= What you will do =
Give back only the lines in the records below from the one with "f 105 106 107" to the one with "f 145 31 29", both inclusive, word for word.

= Saved data entries =
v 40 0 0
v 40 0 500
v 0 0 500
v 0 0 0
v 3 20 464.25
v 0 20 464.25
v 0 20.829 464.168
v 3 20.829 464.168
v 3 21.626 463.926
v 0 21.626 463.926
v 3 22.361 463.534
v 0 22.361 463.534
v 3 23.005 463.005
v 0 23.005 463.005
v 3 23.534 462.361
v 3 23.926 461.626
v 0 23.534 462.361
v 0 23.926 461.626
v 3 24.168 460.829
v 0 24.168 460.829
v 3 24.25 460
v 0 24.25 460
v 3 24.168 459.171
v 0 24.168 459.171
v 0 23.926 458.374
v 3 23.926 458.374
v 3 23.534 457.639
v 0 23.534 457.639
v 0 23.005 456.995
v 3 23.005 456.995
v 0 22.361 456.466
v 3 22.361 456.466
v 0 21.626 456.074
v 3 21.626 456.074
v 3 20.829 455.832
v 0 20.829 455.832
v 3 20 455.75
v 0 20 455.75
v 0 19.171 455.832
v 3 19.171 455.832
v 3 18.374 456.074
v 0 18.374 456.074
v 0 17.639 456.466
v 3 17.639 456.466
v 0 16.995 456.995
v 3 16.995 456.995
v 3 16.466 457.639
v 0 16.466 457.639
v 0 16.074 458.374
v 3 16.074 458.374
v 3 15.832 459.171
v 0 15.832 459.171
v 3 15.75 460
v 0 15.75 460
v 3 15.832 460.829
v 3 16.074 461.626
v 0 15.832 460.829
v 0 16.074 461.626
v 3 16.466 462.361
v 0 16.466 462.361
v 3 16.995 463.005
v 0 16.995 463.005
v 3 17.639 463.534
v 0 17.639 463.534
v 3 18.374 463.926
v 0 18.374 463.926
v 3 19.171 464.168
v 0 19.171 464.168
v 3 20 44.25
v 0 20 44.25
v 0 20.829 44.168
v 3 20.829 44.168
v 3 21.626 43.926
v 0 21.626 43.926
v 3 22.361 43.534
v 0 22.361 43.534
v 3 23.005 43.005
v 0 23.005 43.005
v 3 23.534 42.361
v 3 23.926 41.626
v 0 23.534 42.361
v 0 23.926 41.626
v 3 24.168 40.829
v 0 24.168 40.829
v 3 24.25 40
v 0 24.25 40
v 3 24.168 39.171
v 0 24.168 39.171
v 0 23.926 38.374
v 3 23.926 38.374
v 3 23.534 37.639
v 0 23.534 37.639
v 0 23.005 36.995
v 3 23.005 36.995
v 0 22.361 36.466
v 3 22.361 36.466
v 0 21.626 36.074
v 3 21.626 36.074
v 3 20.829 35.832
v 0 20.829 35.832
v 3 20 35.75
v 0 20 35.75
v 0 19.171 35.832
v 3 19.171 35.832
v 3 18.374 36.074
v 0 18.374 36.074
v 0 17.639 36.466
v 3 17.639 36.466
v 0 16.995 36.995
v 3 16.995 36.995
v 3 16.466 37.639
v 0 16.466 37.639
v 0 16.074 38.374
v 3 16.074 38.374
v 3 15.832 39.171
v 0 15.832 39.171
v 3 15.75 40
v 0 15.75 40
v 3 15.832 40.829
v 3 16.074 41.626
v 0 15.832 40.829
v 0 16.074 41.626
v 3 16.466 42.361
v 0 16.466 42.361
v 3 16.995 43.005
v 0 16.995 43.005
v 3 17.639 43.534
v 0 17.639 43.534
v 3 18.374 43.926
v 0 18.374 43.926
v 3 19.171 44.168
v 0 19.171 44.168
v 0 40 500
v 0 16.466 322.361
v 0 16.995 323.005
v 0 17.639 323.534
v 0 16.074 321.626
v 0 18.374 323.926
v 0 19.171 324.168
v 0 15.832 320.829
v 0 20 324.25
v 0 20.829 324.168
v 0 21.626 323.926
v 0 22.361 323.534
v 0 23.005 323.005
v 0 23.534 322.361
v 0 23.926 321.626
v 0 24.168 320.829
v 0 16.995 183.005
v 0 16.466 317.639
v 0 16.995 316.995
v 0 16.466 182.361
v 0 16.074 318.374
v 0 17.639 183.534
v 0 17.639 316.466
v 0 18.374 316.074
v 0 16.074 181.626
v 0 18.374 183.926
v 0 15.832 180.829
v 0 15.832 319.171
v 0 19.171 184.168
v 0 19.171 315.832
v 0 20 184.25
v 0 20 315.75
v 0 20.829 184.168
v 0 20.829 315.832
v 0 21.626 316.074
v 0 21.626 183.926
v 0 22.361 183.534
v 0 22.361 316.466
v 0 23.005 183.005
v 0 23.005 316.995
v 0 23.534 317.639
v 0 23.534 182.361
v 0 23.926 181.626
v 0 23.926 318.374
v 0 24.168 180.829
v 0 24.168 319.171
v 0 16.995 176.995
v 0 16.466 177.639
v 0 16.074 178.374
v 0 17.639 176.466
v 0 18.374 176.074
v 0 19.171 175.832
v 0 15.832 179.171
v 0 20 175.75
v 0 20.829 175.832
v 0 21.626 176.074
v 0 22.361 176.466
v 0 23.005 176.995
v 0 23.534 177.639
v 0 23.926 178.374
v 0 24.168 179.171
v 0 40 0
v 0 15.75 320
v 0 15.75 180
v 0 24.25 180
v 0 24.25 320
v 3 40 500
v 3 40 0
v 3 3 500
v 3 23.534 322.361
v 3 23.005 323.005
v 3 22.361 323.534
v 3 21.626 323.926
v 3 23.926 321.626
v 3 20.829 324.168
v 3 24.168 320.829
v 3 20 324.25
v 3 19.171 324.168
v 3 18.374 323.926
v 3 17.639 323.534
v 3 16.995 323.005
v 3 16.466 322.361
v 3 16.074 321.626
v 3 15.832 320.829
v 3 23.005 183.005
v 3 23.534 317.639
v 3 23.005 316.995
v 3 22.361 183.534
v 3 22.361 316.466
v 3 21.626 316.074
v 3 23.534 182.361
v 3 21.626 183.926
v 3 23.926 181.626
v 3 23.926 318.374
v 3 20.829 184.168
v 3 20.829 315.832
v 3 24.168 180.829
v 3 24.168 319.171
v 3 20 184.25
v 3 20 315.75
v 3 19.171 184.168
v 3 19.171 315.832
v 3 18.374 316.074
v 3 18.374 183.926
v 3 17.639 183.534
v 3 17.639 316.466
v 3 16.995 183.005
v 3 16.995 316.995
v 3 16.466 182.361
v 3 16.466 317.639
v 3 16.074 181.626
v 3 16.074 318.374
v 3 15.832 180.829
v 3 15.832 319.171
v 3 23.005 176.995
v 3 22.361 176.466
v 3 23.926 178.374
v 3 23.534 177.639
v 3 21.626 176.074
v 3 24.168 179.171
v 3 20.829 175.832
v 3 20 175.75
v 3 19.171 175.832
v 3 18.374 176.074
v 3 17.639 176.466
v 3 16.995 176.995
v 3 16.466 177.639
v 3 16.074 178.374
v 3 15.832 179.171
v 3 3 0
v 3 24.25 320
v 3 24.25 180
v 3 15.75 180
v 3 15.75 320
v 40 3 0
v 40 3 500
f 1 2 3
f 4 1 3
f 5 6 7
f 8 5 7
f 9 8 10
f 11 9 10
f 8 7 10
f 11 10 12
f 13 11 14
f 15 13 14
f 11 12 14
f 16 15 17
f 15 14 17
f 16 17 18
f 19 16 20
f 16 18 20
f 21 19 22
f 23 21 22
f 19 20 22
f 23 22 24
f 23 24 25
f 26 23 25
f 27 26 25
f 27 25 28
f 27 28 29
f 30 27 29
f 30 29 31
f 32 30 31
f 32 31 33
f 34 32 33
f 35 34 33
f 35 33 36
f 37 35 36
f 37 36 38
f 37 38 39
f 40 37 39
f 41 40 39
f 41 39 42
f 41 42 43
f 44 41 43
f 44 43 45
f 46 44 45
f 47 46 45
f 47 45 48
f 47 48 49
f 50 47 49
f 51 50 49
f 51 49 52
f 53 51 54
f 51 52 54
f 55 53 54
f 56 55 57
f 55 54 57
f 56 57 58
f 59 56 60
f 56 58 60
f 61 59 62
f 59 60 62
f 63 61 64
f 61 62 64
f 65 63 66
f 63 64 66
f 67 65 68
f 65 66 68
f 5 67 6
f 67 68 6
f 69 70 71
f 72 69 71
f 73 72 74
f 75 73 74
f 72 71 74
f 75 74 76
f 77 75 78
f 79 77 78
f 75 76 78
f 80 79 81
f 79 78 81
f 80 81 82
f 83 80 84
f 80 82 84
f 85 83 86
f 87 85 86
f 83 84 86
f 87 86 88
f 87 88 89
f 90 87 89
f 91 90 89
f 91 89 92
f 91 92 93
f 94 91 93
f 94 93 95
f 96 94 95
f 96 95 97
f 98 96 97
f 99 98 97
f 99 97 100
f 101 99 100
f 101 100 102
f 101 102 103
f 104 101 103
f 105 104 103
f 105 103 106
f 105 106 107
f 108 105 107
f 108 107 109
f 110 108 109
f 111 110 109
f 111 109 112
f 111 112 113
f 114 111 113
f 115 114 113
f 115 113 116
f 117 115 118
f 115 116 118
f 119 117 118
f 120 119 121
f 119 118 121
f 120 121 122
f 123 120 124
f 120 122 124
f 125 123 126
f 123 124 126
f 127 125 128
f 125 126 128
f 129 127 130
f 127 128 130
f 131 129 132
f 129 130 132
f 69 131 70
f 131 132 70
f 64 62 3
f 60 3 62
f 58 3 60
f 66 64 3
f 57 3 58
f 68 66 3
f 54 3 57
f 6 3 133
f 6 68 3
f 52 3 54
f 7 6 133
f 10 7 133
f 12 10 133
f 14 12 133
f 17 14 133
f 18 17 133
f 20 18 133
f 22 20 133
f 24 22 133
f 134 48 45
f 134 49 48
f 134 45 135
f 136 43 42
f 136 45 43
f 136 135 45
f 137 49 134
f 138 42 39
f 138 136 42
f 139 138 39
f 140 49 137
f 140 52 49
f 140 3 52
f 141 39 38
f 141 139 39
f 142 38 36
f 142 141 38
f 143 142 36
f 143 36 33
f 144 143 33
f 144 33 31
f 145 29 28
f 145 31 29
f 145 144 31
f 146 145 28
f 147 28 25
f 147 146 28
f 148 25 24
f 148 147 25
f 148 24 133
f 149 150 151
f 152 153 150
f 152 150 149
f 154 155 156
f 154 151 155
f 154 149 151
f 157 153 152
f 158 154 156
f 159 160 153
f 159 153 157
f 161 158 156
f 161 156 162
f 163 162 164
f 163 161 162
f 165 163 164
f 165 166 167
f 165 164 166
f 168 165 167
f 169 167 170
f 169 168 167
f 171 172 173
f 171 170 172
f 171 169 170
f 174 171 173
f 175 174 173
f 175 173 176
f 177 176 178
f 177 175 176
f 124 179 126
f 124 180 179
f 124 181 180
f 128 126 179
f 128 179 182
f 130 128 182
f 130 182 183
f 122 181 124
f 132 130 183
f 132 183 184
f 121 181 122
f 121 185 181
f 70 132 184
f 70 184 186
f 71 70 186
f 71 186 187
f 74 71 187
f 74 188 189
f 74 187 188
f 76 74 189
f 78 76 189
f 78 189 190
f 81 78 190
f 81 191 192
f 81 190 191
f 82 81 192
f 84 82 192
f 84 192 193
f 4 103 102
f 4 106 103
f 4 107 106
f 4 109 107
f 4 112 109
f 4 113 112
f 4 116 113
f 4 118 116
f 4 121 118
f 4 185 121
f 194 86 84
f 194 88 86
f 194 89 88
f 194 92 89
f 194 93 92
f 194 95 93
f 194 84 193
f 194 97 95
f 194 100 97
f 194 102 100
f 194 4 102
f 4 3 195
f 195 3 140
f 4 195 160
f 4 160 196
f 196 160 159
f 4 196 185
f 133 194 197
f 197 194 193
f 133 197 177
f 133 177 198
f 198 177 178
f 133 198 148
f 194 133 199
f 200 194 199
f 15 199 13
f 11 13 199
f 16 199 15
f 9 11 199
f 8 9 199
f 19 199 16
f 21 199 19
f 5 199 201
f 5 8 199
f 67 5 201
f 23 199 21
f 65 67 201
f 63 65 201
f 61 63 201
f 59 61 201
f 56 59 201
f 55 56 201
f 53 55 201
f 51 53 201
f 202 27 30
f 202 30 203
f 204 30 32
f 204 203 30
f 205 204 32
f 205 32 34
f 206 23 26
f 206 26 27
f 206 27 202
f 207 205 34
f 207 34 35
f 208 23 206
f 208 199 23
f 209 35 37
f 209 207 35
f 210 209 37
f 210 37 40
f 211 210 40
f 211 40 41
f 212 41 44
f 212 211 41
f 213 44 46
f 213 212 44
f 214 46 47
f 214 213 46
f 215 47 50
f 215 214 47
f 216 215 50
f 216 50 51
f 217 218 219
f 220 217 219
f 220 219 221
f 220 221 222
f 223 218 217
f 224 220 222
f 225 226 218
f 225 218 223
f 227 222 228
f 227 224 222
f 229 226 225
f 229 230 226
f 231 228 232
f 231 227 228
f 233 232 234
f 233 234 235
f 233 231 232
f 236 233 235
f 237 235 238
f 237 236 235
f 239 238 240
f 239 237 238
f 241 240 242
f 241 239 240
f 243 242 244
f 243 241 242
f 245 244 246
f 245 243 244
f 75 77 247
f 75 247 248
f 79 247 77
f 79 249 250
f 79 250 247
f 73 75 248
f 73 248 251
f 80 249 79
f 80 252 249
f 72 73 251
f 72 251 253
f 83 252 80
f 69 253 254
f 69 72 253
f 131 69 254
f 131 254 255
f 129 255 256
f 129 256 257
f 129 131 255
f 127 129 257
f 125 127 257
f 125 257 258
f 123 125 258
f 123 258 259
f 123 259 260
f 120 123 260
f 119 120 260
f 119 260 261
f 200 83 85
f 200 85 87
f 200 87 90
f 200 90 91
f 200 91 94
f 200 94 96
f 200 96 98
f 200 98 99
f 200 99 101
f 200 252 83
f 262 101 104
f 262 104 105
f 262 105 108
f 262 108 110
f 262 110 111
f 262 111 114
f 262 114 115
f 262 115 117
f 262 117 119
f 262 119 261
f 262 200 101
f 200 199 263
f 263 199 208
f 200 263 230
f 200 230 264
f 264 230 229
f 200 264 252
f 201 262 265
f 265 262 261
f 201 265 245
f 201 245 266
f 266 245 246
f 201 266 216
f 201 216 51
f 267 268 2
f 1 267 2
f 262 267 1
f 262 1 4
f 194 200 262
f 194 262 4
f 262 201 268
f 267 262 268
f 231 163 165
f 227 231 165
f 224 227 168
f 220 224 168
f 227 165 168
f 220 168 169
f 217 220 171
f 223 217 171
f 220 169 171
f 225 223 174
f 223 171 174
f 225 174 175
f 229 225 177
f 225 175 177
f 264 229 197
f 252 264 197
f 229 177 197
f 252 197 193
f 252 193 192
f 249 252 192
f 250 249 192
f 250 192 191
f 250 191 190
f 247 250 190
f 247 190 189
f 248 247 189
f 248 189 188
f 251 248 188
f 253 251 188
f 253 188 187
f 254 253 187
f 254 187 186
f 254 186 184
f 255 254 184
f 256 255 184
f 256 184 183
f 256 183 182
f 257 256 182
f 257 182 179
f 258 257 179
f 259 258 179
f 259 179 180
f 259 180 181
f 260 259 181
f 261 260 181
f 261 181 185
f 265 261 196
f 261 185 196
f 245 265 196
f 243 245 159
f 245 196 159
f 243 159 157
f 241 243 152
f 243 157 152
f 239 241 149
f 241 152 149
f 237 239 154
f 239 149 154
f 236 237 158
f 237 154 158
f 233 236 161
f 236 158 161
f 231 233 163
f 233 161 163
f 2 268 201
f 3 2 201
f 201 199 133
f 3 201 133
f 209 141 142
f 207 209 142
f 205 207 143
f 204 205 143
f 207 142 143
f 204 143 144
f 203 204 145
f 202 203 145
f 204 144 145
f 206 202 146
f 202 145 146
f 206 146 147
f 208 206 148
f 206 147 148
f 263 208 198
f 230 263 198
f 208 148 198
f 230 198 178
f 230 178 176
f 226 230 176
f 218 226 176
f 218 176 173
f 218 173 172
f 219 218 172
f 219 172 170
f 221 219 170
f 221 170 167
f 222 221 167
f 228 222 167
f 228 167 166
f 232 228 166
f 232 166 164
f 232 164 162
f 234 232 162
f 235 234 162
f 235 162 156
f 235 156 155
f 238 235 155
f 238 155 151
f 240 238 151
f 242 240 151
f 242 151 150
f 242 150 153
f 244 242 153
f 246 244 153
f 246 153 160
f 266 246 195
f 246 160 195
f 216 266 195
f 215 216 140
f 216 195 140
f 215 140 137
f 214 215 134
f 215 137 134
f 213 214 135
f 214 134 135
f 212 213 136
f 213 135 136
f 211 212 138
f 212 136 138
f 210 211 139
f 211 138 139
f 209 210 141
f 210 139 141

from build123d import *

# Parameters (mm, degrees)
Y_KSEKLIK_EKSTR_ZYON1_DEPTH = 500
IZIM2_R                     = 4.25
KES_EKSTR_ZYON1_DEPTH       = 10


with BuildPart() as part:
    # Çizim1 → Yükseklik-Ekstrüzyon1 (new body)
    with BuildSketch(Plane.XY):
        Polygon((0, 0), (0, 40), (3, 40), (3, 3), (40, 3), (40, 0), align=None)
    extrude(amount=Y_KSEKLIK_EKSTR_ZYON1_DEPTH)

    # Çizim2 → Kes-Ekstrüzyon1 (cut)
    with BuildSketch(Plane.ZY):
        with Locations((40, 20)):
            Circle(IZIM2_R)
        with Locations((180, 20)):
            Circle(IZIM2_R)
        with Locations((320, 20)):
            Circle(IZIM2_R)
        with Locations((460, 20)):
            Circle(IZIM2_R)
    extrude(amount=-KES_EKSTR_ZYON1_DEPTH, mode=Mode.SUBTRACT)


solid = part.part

==

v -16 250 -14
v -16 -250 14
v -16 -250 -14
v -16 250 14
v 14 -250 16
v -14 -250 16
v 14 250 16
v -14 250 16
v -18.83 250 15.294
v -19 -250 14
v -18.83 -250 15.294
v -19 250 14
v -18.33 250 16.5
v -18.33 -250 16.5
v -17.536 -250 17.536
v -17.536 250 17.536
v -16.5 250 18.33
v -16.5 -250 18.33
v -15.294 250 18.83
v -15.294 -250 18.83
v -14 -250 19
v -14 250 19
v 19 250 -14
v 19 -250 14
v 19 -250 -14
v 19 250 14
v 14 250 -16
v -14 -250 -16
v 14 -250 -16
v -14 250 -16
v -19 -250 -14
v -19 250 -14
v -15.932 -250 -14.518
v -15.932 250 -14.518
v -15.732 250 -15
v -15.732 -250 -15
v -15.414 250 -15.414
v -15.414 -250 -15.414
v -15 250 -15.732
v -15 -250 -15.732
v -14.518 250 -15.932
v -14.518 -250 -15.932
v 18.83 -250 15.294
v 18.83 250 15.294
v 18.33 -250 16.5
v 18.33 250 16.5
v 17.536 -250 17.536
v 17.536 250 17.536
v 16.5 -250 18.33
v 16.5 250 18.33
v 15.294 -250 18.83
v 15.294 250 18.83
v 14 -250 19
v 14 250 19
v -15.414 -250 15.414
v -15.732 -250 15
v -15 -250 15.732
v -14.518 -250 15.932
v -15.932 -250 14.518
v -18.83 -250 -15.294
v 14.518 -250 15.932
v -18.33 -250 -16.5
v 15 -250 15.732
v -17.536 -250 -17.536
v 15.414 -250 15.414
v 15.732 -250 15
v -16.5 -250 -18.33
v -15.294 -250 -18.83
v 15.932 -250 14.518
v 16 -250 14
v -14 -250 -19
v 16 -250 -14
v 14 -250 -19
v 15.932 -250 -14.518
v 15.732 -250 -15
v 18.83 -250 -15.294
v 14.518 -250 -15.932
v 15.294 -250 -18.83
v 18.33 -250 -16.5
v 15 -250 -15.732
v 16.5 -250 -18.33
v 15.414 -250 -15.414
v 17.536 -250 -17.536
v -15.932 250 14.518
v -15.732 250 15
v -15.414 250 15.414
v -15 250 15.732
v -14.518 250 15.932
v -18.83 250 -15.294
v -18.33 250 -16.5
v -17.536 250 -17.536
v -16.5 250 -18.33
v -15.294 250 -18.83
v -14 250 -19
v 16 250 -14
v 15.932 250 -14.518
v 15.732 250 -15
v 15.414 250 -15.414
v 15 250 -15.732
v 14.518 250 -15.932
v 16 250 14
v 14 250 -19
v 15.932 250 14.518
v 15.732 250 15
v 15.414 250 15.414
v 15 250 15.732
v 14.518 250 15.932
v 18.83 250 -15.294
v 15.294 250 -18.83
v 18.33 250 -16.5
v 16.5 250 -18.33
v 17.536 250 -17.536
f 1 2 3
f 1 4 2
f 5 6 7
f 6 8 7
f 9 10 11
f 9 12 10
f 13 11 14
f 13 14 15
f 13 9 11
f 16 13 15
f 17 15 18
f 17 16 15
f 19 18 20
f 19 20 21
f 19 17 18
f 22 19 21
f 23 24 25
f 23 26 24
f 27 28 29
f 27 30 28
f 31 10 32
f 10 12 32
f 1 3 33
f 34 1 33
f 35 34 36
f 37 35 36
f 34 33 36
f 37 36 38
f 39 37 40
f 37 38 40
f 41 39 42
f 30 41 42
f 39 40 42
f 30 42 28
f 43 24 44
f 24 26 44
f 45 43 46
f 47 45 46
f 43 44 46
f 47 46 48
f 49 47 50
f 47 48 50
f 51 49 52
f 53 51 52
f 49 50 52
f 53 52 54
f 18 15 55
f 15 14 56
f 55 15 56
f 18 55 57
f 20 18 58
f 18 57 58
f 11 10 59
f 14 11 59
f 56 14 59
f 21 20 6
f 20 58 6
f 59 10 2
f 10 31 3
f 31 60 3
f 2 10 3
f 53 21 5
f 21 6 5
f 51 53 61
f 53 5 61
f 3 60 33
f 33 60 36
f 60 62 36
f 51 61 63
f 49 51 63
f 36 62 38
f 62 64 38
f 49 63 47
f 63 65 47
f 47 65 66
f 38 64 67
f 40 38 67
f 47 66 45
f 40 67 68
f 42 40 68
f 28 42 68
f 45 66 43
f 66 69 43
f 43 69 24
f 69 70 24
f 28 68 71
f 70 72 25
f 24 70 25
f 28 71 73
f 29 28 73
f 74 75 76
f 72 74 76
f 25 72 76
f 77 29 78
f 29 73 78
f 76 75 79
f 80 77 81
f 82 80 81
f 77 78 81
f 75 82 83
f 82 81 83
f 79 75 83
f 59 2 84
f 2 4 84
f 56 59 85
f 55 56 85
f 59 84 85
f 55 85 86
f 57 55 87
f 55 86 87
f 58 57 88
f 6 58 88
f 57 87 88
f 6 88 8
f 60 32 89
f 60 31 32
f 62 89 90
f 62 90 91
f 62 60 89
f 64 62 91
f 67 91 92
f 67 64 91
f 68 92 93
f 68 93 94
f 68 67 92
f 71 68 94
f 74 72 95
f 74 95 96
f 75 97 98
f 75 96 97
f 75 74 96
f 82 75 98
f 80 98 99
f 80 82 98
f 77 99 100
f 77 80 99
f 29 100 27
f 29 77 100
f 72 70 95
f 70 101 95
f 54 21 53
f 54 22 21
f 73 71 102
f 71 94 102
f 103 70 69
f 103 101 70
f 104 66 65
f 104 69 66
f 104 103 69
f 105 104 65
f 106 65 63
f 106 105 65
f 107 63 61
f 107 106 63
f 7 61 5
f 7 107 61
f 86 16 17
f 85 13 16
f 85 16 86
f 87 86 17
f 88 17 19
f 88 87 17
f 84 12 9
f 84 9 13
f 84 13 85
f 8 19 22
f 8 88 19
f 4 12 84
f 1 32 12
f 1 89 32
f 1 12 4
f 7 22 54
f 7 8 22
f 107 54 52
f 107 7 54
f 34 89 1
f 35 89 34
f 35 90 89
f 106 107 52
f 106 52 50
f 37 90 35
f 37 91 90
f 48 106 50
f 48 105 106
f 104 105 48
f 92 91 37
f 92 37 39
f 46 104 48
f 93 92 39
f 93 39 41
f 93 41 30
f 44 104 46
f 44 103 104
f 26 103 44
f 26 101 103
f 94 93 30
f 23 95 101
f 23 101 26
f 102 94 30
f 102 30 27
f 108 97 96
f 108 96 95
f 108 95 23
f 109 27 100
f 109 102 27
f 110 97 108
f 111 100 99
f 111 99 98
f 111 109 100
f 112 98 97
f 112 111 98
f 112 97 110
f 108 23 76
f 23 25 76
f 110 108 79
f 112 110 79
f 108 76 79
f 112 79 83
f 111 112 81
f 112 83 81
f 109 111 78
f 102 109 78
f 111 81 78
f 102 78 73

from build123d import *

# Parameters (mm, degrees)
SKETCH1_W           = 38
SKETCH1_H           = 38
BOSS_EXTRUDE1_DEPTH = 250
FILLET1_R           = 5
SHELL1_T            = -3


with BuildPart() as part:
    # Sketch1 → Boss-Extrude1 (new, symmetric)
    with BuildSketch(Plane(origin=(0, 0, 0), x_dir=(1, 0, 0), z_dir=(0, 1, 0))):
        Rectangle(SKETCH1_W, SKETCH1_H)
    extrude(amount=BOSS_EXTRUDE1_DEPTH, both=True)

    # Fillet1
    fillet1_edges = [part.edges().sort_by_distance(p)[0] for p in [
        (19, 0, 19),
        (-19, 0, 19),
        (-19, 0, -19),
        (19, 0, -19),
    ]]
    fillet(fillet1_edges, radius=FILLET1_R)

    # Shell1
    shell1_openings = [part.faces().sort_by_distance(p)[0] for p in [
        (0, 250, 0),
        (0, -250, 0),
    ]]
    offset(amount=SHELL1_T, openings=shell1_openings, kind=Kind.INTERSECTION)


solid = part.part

= Answer for the task =
f 105 106 107
f 108 105 107
f 108 107 109
f 110 108 109
f 111 110 109
f 111 109 112
f 111 112 113
f 114 111 113
f 115 114 113
f 115 113 116
f 117 115 118
f 115 116 118
f 119 117 118
f 120 119 121
f 119 118 121
f 120 121 122
f 123 120 124
f 120 122 124
f 125 123 126
f 123 124 126
f 127 125 128
f 125 126 128
f 129 127 130
f 127 128 130
f 131 129 132
f 129 130 132
f 69 131 70
f 131 132 70
f 64 62 3
f 60 3 62
f 58 3 60
f 66 64 3
f 57 3 58
f 68 66 3
f 54 3 57
f 6 3 133
f 6 68 3
f 52 3 54
f 7 6 133
f 10 7 133
f 12 10 133
f 14 12 133
f 17 14 133
f 18 17 133
f 20 18 133
f 22 20 133
f 24 22 133
f 134 48 45
f 134 49 48
f 134 45 135
f 136 43 42
f 136 45 43
f 136 135 45
f 137 49 134
f 138 42 39
f 138 136 42
f 139 138 39
f 140 49 137
f 140 52 49
f 140 3 52
f 141 39 38
f 141 139 39
f 142 38 36
f 142 141 38
f 143 142 36
f 143 36 33
f 144 143 33
f 144 33 31
f 145 29 28
f 145 31 29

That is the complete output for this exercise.